> _SUPPLIED DATA_
┌──
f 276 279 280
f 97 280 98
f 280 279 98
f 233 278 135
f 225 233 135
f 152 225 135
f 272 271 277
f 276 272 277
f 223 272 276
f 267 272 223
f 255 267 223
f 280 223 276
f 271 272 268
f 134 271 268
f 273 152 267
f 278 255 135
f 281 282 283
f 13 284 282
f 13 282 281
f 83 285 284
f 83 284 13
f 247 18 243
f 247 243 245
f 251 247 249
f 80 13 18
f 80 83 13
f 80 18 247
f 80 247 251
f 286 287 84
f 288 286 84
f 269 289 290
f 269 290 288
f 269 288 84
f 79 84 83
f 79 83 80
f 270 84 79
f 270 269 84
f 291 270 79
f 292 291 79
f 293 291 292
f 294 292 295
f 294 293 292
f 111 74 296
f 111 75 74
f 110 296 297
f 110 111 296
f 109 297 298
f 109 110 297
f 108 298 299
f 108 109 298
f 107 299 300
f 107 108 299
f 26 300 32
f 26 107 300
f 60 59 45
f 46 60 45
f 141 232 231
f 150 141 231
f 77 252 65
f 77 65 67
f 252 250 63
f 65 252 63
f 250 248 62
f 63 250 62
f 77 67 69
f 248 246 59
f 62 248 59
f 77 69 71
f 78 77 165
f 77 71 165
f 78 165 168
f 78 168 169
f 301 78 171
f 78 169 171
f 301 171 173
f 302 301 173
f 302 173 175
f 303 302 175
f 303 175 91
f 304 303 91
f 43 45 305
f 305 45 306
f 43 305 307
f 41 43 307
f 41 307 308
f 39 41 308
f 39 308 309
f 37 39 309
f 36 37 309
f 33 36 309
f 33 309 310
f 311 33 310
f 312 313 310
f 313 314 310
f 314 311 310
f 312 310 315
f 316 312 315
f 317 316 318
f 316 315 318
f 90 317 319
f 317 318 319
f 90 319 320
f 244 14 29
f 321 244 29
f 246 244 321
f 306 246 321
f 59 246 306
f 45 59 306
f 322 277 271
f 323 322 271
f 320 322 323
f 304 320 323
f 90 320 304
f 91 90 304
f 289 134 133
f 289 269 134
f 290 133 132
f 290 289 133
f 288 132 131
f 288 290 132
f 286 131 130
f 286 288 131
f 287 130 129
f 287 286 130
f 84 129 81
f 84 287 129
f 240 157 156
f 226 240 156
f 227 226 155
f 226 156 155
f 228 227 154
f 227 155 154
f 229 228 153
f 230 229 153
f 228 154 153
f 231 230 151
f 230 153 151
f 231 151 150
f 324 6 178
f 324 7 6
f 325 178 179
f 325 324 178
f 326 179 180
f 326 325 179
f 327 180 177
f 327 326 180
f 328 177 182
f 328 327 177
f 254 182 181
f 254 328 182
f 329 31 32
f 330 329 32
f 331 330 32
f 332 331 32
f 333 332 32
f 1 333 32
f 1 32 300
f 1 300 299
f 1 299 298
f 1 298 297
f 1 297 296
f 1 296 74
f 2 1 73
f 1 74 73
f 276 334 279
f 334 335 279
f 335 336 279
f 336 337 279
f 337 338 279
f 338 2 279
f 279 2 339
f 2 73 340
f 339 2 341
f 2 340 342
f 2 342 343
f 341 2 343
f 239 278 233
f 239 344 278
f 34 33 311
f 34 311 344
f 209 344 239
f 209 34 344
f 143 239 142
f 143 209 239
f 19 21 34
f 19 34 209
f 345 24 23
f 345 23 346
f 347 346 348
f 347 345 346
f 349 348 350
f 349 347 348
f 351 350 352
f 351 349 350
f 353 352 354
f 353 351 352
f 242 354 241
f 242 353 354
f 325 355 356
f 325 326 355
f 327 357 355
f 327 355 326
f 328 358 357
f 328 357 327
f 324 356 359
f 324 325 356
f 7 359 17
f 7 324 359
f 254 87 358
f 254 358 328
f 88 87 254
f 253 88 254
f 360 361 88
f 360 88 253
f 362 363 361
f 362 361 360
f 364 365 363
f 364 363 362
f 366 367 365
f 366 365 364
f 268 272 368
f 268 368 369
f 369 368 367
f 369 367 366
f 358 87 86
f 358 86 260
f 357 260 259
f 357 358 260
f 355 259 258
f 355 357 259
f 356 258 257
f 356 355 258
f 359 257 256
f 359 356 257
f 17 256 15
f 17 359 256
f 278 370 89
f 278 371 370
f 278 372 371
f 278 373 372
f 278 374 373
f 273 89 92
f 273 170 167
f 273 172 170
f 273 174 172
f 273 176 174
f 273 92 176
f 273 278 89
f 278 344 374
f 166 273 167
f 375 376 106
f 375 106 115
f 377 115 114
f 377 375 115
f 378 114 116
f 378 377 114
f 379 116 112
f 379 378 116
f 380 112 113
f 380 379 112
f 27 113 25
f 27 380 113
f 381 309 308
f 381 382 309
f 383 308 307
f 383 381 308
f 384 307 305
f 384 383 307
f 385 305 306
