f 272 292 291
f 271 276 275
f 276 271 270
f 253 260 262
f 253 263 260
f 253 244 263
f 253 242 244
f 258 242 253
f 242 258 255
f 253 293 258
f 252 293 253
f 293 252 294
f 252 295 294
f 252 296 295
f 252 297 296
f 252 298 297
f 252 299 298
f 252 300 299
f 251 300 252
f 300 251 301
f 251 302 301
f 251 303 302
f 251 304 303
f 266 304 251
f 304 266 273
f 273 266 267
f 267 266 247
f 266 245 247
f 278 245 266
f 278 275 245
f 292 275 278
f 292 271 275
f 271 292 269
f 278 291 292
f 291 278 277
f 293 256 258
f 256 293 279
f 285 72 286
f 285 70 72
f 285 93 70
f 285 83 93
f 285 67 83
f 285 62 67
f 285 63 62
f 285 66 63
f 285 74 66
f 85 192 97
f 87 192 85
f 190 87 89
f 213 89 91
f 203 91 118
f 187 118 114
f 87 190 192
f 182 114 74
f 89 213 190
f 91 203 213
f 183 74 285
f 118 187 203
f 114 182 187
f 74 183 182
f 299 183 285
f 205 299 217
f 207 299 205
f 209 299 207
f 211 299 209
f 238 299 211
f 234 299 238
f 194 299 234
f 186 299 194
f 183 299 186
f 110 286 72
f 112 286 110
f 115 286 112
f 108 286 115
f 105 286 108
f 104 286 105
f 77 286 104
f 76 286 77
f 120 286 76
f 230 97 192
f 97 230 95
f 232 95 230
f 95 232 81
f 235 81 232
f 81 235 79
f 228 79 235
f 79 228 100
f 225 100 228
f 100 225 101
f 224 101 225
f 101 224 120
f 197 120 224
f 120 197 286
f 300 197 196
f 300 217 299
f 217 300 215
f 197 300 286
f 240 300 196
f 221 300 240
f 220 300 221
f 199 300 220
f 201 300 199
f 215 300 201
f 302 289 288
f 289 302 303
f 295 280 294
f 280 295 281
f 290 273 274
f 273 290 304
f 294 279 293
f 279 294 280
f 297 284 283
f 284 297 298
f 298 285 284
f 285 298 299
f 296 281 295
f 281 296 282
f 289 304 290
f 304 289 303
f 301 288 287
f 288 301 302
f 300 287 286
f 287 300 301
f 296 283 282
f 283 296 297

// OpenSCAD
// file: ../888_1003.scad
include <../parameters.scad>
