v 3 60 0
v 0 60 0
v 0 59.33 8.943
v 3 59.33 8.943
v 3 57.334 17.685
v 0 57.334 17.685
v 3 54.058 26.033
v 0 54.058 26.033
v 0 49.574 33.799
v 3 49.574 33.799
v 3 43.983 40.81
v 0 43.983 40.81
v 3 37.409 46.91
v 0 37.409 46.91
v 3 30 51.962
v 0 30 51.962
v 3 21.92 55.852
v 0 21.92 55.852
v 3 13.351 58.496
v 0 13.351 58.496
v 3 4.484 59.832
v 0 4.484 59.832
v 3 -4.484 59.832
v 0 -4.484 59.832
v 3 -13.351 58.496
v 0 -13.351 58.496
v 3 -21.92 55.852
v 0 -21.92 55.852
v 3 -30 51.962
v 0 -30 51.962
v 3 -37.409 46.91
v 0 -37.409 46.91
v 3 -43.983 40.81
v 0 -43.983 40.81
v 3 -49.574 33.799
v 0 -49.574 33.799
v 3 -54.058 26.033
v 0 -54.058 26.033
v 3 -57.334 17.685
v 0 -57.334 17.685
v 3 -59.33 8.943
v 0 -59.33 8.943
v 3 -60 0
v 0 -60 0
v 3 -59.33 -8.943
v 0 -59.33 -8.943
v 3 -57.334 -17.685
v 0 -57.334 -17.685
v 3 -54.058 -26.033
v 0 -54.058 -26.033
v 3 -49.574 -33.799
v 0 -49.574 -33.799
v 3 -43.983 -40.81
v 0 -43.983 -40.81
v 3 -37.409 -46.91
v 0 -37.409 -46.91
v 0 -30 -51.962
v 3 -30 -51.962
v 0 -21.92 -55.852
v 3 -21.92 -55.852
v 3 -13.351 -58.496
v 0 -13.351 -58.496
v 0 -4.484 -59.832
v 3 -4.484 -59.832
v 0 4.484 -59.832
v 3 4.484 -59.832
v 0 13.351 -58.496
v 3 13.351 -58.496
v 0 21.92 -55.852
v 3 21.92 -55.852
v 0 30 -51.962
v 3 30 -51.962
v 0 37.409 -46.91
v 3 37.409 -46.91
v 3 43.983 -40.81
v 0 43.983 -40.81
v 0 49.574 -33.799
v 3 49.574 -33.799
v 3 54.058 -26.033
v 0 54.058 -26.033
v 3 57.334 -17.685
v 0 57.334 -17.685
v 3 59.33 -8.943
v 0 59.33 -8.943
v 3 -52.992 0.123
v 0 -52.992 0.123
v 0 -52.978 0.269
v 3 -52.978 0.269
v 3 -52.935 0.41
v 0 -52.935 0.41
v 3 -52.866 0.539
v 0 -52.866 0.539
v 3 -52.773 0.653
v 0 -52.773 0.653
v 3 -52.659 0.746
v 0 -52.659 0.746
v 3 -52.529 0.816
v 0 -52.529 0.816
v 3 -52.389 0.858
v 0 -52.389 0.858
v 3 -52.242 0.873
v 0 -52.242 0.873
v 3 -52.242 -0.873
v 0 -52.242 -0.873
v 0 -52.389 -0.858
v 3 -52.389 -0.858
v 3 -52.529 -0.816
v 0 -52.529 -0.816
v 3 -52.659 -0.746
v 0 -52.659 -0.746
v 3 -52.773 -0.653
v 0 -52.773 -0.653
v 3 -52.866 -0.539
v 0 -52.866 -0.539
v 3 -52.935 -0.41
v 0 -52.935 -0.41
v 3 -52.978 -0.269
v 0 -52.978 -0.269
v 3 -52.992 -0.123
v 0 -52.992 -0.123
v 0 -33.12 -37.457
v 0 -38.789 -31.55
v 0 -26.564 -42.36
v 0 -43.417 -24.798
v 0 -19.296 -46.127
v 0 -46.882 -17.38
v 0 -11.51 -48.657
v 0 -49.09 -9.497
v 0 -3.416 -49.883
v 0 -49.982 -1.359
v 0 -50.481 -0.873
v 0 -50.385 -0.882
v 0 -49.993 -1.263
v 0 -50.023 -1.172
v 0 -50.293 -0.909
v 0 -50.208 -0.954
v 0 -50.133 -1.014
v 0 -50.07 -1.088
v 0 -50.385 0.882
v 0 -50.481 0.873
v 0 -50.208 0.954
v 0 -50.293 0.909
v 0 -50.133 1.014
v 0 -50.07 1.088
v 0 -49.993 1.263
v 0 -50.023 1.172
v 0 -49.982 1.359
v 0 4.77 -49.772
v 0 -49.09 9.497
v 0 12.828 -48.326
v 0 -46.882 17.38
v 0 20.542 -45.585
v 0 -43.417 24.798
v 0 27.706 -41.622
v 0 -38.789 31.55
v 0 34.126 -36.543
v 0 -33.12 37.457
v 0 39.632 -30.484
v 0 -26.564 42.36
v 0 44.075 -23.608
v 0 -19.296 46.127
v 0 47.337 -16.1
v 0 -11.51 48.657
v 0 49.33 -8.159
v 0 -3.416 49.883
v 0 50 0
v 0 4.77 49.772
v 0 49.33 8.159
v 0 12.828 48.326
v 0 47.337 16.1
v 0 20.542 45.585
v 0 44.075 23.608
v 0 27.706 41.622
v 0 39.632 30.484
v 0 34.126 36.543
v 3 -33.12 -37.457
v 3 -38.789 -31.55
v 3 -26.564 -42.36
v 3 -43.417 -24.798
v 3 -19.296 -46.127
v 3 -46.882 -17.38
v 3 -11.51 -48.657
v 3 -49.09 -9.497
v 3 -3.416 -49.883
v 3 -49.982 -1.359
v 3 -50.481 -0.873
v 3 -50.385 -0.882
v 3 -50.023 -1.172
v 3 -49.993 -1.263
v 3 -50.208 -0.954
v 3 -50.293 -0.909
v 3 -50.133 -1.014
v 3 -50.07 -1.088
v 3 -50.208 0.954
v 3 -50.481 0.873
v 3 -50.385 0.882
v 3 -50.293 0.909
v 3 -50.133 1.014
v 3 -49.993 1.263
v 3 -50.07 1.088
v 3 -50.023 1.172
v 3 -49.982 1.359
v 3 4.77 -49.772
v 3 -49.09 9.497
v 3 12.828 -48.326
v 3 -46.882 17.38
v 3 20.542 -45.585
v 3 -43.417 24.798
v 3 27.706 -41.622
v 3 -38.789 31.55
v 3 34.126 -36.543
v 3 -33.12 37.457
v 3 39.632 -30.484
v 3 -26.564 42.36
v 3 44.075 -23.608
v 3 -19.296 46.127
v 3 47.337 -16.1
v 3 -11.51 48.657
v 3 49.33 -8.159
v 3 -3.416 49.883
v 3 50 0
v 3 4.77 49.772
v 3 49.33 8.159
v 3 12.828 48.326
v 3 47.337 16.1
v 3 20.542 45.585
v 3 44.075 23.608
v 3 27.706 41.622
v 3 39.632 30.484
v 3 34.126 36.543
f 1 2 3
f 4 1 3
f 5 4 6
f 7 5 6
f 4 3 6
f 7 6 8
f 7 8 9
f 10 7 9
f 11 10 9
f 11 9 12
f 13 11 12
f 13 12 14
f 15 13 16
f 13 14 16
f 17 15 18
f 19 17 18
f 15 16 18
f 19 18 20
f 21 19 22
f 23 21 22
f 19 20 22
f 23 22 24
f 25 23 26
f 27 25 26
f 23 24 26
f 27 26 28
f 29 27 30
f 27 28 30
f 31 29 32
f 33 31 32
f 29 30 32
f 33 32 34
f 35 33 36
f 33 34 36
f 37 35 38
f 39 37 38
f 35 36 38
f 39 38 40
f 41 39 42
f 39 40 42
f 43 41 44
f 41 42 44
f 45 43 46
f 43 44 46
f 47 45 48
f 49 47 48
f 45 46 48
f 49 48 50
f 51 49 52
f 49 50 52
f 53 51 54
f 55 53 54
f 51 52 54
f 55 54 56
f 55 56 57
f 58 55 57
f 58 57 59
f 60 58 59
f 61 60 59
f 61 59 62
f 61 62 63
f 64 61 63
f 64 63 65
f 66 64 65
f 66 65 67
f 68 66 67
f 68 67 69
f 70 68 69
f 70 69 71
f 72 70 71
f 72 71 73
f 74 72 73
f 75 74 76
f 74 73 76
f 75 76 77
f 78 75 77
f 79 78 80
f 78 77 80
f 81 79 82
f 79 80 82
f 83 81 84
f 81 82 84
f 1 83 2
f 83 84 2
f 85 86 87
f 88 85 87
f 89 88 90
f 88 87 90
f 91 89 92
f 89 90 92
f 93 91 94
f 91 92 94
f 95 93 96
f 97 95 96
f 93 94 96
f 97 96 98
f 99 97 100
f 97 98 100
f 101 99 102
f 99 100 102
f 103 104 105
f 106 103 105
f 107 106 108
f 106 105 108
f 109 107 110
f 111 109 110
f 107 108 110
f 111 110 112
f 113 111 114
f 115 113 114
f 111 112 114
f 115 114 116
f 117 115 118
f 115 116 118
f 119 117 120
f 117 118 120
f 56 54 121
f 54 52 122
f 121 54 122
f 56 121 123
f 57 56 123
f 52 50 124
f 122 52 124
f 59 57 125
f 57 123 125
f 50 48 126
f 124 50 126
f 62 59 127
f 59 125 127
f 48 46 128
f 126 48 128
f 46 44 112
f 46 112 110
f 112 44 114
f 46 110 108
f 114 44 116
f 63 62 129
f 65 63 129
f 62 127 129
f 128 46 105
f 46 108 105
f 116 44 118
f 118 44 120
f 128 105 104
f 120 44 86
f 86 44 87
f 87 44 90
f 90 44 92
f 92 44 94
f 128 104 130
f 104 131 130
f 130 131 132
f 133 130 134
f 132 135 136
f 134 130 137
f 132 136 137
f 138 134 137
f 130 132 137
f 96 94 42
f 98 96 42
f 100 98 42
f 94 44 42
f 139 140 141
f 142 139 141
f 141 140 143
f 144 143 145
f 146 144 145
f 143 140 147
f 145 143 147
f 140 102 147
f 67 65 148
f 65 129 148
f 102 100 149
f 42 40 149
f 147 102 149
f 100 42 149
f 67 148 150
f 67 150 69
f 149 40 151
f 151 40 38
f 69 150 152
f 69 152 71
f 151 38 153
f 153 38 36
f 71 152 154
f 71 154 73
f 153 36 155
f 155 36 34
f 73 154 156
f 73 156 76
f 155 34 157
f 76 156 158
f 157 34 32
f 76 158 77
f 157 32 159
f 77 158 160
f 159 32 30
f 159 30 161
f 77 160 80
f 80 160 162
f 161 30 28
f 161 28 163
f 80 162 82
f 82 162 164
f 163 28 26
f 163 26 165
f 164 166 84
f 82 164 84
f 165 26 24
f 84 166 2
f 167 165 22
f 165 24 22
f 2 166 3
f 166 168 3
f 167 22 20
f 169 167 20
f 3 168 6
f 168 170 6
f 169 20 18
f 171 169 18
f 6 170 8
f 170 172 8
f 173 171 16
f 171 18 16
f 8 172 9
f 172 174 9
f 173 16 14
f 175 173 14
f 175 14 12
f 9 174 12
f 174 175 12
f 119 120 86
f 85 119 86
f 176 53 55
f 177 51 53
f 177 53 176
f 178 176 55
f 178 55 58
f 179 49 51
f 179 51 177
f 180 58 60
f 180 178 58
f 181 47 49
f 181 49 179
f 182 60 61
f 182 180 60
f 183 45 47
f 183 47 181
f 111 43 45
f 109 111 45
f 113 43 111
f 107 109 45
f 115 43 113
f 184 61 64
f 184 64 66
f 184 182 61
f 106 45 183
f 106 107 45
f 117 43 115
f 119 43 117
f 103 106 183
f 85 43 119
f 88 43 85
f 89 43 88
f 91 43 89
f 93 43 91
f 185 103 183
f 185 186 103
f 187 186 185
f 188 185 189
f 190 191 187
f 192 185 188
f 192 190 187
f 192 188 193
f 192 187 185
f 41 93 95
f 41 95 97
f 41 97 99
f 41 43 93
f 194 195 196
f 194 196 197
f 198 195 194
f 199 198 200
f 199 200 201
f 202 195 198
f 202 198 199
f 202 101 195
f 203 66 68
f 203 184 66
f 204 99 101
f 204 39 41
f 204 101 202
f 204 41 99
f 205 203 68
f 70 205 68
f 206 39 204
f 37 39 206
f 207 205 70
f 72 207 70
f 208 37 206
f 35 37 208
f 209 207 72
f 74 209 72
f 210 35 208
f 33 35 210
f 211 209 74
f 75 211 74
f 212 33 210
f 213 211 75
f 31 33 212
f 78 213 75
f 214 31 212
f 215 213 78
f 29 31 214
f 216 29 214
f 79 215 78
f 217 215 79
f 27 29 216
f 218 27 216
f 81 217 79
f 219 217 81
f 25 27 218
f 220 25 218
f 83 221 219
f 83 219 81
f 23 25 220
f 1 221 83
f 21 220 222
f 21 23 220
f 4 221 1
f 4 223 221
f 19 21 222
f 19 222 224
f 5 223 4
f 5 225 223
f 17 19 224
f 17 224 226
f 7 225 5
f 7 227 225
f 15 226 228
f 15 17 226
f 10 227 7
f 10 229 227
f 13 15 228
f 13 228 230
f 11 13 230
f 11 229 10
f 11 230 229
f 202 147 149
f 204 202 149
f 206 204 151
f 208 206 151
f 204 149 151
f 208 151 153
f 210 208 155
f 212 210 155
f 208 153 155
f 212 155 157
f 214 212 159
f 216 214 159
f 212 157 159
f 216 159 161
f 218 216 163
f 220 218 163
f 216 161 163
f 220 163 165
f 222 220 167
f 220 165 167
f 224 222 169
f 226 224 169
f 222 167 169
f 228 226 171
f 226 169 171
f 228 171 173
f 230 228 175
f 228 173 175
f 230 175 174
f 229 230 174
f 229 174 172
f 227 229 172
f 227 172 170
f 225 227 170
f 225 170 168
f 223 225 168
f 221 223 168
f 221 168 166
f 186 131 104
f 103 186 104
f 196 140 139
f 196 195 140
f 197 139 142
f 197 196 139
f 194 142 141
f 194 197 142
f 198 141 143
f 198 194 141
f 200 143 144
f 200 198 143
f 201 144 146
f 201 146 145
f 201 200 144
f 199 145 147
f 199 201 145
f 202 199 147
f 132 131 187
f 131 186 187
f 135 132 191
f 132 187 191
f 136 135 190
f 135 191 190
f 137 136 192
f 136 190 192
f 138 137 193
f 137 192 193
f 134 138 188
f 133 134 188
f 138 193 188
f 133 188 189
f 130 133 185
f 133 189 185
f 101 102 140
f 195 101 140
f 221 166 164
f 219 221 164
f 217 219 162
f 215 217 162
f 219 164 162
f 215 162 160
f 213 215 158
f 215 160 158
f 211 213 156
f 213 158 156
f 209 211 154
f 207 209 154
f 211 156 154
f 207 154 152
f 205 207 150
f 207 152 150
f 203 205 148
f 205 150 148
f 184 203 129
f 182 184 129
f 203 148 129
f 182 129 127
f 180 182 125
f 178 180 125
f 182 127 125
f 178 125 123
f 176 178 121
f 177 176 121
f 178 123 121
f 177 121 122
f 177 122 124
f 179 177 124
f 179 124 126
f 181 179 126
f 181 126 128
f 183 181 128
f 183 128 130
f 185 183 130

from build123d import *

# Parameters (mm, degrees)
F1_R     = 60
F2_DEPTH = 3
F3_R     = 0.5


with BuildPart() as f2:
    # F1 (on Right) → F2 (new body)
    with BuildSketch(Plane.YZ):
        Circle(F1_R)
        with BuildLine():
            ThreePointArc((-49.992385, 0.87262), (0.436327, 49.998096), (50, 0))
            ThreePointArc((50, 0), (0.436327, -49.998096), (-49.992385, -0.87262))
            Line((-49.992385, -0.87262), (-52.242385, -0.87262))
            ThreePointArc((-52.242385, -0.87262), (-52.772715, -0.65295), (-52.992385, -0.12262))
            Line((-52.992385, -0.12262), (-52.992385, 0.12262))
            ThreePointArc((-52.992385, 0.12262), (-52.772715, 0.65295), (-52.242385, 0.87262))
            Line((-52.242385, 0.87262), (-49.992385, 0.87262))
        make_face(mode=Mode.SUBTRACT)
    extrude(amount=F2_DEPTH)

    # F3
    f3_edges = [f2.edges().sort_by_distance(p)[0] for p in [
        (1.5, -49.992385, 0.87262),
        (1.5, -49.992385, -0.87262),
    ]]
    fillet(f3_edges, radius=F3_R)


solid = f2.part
└──
> _WHAT YOU HAVE TO DO_
Precisely the lines between those holding "v 0 -52.935 0.41" and "v 0 12.828 48.326", inclusive, are to be reproduced from the listing above, with nothing added.

> _ANSWER_
v 0 -52.935 0.41
v 3 -52.866 0.539
v 0 -52.866 0.539
v 3 -52.773 0.653
v 0 -52.773 0.653
v 3 -52.659 0.746
v 0 -52.659 0.746
v 3 -52.529 0.816
v 0 -52.529 0.816
v 3 -52.389 0.858
v 0 -52.389 0.858
v 3 -52.242 0.873
v 0 -52.242 0.873
v 3 -52.242 -0.873
v 0 -52.242 -0.873
v 0 -52.389 -0.858
v 3 -52.389 -0.858
v 3 -52.529 -0.816
v 0 -52.529 -0.816
v 3 -52.659 -0.746
v 0 -52.659 -0.746
v 3 -52.773 -0.653
v 0 -52.773 -0.653
v 3 -52.866 -0.539
v 0 -52.866 -0.539
v 3 -52.935 -0.41
v 0 -52.935 -0.41
v 3 -52.978 -0.269
v 0 -52.978 -0.269
v 3 -52.992 -0.123
v 0 -52.992 -0.123
v 0 -33.12 -37.457
v 0 -38.789 -31.55
v 0 -26.564 -42.36
v 0 -43.417 -24.798
v 0 -19.296 -46.127
v 0 -46.882 -17.38
v 0 -11.51 -48.657
v 0 -49.09 -9.497
v 0 -3.416 -49.883
v 0 -49.982 -1.359
v 0 -50.481 -0.873
v 0 -50.385 -0.882
v 0 -49.993 -1.263
v 0 -50.023 -1.172
v 0 -50.293 -0.909
v 0 -50.208 -0.954
v 0 -50.133 -1.014
v 0 -50.07 -1.088
v 0 -50.385 0.882
v 0 -50.481 0.873
v 0 -50.208 0.954
v 0 -50.293 0.909
v 0 -50.133 1.014
v 0 -50.07 1.088
v 0 -49.993 1.263
v 0 -50.023 1.172
v 0 -49.982 1.359
v 0 4.77 -49.772
v 0 -49.09 9.497
v 0 12.828 -48.326
v 0 -46.882 17.38
v 0 20.542 -45.585
v 0 -43.417 24.798
v 0 27.706 -41.622
v 0 -38.789 31.55
v 0 34.126 -36.543
v 0 -33.12 37.457
v 0 39.632 -30.484
v 0 -26.564 42.36
v 0 44.075 -23.608
v 0 -19.296 46.127
v 0 47.337 -16.1
v 0 -11.51 48.657
v 0 49.33 -8.159
v 0 -3.416 49.883
v 0 50 0
v 0 4.77 49.772
v 0 49.33 8.159
v 0 12.828 48.326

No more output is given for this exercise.